Orbit Security Assessment by Trail of Bits

Summary

Orbit - a top Internet Computer based multi-approver governance platform for multichain assets - was recently assessed by Trail of Bits, a leading technical security auditor operating as a center of excellence for blockchain security. To learn more about Orbit, see the Medium post and Orbit on GitHub.

The new report can be found here, along with a list of all previous third-party audits.

The finding breakdown is as follows:

• High - 2 issues found

• Medium - 2 issue found

• Low - 5 issues found

• Informational - 13 issues found

• Undetermined - 1 issue found

Many issues have been addressed and went through a fix review. 1 high and 2 medium were resolved, 1 high was partially resolved. See the fix review results in Appendix E of the report.

We’d like to thank the Trail of Bits team for their excellent contributions, the audit and security-related recommendations, and the effective collaboration.

Discussion Leads

Happy to discuss and answer any questions you may have. The people at DFINITY who were most involved and can be tagged for questions are @robin-kunzler (Security) and @aterga (Orbit).

Previous Forum Discussions about Security Assessments

• “OISY Security Assessment” by Trail of Bits

• “VetKeys Cryptography Review by NCC Group“ by NCC

• “ckBTC and Service Nervous System (SNS) Third-Party Security Assessments” by Trail of Bits

• “Threshold ECDSA Integration and Bitcoin Canisters - Security Review” by Trail of Bits

• “Canister Sandboxing” by Trail of Bits

• “Threshold ECDSA Cryptography Review” by NCC Group

• “Internet Computer Consensus: Security Assessment” by Trail of Bits

• “IC Assessment” by Trail of Bits

Could you elaborate just a little bit on this point - why only partially resolved? I’m struggling to view the whole report on mobile.

Found the context.

Asset edit requests allow users to change asset data such as the asset name, symbol, token
standards, and other metadata. This allows privileged users to arbitrarily rename asset
types. For example, a user who can edit asset data can swap the asset names for ckBTC to
ckETH, which could cause other users to confuse the two assets with each other.

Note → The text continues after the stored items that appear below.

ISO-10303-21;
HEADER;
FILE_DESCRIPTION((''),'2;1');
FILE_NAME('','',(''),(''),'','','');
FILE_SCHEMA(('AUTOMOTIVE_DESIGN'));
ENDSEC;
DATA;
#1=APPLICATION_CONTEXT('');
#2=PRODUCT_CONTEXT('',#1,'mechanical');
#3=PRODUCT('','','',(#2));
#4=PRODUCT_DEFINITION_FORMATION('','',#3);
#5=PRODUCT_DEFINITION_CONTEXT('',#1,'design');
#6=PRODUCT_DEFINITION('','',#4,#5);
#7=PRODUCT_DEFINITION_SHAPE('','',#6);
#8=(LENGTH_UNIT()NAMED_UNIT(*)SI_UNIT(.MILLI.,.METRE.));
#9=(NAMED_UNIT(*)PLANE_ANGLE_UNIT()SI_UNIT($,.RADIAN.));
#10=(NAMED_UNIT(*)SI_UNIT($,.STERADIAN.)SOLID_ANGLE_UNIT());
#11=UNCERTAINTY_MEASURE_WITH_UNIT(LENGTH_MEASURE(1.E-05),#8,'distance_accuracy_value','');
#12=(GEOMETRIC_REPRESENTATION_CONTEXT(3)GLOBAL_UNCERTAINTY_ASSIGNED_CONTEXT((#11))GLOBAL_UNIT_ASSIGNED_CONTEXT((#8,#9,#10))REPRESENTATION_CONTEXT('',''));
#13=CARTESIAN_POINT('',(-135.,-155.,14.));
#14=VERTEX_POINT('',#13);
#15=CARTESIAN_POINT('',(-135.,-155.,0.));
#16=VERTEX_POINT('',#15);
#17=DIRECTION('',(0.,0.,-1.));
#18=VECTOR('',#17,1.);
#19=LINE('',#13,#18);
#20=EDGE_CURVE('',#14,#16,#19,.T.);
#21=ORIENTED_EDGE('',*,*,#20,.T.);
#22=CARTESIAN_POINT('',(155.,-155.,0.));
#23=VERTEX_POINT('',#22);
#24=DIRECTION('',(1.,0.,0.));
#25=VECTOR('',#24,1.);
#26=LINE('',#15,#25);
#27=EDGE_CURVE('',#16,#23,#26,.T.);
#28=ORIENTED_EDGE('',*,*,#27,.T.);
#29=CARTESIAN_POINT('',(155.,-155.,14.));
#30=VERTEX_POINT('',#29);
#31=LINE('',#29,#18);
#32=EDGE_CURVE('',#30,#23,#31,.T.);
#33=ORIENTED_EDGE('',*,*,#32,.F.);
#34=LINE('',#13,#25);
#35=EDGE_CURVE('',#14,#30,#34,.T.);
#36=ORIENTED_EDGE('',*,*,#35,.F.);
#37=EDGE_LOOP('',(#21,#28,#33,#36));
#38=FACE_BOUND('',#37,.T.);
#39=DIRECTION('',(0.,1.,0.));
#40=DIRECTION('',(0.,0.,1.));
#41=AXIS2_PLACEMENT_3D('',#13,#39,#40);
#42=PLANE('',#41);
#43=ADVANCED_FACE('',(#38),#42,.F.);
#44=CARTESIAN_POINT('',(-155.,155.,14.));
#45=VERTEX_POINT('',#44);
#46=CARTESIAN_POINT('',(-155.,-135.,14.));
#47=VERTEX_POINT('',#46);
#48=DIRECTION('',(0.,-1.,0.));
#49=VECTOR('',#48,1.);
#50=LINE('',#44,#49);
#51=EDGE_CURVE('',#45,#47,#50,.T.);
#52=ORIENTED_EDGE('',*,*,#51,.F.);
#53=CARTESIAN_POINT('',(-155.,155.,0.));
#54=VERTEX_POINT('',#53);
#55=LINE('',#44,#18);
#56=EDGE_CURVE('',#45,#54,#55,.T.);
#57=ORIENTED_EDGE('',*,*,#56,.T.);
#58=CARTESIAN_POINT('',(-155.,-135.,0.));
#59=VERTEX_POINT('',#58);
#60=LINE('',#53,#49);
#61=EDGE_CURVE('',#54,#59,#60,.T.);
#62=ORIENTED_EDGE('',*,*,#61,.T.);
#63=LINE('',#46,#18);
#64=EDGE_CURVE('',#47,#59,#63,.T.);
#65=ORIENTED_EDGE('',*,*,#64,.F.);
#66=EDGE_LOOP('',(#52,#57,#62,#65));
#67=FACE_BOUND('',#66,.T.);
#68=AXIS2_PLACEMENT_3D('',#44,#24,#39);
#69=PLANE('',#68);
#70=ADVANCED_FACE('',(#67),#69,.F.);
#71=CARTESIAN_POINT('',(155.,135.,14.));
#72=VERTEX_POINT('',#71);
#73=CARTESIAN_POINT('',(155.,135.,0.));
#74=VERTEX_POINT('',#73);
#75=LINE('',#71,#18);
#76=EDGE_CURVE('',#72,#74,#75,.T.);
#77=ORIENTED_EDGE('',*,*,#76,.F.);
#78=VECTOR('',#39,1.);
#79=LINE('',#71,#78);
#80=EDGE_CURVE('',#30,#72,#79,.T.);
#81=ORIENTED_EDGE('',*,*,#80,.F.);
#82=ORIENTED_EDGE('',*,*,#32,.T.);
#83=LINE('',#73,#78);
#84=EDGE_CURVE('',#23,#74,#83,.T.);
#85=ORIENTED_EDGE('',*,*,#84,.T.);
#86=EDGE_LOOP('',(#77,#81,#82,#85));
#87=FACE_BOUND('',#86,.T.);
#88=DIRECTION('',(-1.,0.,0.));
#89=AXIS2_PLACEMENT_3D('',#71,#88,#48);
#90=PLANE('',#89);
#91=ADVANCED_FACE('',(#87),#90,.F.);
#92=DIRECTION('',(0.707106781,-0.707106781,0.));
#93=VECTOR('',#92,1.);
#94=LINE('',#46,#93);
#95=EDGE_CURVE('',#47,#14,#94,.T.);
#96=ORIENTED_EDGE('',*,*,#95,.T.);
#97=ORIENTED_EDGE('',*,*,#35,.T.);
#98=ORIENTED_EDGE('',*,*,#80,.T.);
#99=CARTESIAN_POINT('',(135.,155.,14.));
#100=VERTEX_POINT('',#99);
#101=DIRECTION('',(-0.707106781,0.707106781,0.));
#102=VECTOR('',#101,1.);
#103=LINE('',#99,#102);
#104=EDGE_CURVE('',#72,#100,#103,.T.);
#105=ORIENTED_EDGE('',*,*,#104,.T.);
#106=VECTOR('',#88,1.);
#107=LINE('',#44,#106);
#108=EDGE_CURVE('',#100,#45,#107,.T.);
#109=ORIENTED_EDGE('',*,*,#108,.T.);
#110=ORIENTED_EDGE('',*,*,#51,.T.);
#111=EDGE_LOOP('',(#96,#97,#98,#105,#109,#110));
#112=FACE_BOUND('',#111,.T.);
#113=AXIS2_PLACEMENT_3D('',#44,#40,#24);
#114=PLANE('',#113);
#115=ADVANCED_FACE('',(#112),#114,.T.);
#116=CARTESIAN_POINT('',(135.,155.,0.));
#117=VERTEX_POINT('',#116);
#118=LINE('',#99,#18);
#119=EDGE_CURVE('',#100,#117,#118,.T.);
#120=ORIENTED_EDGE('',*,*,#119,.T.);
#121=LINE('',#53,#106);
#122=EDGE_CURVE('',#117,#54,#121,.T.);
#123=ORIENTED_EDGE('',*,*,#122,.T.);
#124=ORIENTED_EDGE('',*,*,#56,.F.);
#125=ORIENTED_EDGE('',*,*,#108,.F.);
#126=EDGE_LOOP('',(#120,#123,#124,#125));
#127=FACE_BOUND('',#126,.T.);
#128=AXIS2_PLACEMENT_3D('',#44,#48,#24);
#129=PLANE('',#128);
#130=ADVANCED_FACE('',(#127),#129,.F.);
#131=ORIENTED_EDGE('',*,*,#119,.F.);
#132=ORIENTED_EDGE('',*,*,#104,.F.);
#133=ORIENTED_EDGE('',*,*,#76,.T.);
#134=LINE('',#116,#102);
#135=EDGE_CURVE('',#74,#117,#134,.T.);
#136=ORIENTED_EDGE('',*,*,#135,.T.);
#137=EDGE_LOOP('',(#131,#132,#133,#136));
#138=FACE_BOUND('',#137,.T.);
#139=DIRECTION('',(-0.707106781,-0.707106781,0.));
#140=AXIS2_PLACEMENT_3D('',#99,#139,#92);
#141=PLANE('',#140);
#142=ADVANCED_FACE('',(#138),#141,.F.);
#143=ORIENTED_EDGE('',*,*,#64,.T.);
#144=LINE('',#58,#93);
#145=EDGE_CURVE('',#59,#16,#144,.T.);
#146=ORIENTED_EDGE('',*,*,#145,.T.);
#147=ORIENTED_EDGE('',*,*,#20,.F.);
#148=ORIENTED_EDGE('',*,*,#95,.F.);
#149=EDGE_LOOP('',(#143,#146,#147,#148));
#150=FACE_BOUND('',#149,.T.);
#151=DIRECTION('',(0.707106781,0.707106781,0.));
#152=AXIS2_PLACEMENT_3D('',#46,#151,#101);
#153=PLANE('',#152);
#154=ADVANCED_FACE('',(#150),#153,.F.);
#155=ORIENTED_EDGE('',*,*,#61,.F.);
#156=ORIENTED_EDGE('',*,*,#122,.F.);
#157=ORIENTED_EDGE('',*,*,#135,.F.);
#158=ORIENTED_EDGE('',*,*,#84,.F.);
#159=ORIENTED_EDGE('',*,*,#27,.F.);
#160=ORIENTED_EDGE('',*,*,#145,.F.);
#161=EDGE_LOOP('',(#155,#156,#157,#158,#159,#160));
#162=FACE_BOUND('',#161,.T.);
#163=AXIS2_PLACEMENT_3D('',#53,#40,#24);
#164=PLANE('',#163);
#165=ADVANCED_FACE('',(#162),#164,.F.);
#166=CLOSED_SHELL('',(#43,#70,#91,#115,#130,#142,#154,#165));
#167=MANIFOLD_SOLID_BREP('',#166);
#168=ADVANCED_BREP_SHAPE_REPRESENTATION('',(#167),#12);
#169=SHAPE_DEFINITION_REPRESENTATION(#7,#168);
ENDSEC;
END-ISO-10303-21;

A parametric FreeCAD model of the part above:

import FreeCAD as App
import Part
import Sketcher

V = App.Vector
Q = App.Units.Quantity

doc = App.newDocument("Part")
body = doc.addObject("PartDesign::Body", "Body")

# Sketch on XY plane
sketch1 = doc.addObject("Sketcher::SketchObject", "Sketch")
body.addObject(sketch1)
sketch1.AttachmentSupport = (doc.XY_Plane, [""])
sketch1.MapMode = "FlatFace"
sketch1.addGeometry(Part.LineSegment(V(155, 135, 0), V(135, 155, 0)), False)
sketch1.addGeometry(Part.LineSegment(V(135, 155, 0), V(-155, 155, 0)), False)
sketch1.addGeometry(Part.LineSegment(V(-155, 155, 0), V(-155, -135, 0)), False)
sketch1.addGeometry(Part.LineSegment(V(-155, -135, 0), V(-135, -155, 0)), False)
sketch1.addGeometry(Part.LineSegment(V(-135, -155, 0), V(155, -155, 0)), False)
sketch1.addGeometry(Part.LineSegment(V(155, -155, 0), V(155, 135, 0)), False)
sketch1.addConstraint(Sketcher.Constraint("Coincident", 0, 2, 1, 1))
sketch1.addConstraint(Sketcher.Constraint("Coincident", 1, 2, 2, 1))
sketch1.addConstraint(Sketcher.Constraint("Coincident", 2, 2, 3, 1))
sketch1.addConstraint(Sketcher.Constraint("Coincident", 3, 2, 4, 1))
sketch1.addConstraint(Sketcher.Constraint("Coincident", 4, 2, 5, 1))
sketch1.addConstraint(Sketcher.Constraint("Coincident", 5, 2, 0, 1))
sketch1.addConstraint(Sketcher.Constraint("Horizontal", 1))
sketch1.addConstraint(Sketcher.Constraint("Vertical", 2))
sketch1.addConstraint(Sketcher.Constraint("Horizontal", 4))
sketch1.addConstraint(Sketcher.Constraint("Vertical", 5))
sketch1.addConstraint(Sketcher.Constraint("Symmetric", 0, 2, 3, 2, -1, 1))
sketch1.addConstraint(Sketcher.Constraint("Symmetric", 2, 2, 5, 2, -1, 1))
sketch1.addConstraint(Sketcher.Constraint("Equal", 4, 2))
sketch1.addConstraint(Sketcher.Constraint("DistanceX", 1, 2, 1, 1, Q("290 mm")))
sketch1.addConstraint(Sketcher.Constraint("Angle", 0, Q("135 deg")))
sketch1.addConstraint(Sketcher.Constraint("DistanceX", -1, 1, 0, 2, Q("135 mm")))
pad1 = doc.addObject("PartDesign::Pad", "Pad")
body.addObject(pad1)
pad1.Profile = sketch1
pad1.Length = 14

doc.recompute()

The severity of this issue is rated as high because it could lead to significant financial
for affected users. On the other hand, the difficulty is also rated as high because the ab
to edit asset metadata assumes a high level of privilege within the system.

Exploit Scenario

Eve, a malicious Orbit user, tricks an administrator into swapping the names and symbols
of ckBTC and ckETH using the issue described in TOB-ORBIT-14. She then asks Bob, another
Orbit user, to transfer one ckETH to an address controlled by Eve. Since the two assets’
names and symbols have been swapped, Bob transfers one ckBTC instead of one ckETH to
Eve by mistake, losing 91,000 USD in the process.

Recommendations

Short term, prevent all users from editing the assets from the initial list of known assets,
and prevent users from introducing custom assets with names or symbols that correspond
to known assets. This would protect metadata associated with well-known assets from
being manipulated by malicious users.
Long term, consider validating ICRC-1 token metadata against the corresponding ledger to
ensure it matches what is reported by the ledger before allowing users to add the asset
type to their Orbit accounts. Care must be taken when checking token metadata against
third-party ledgers since these can return unexpected or invalid responses.

Would be good to know more about the partial resolution, and the associated risk of publishing this potential attack vector.

It’s an interesting one, because presumably users should be able to name the assets. It’s not going to be possible to validate the appropriateness of all names, so I’m not sure I agree with the recommendation.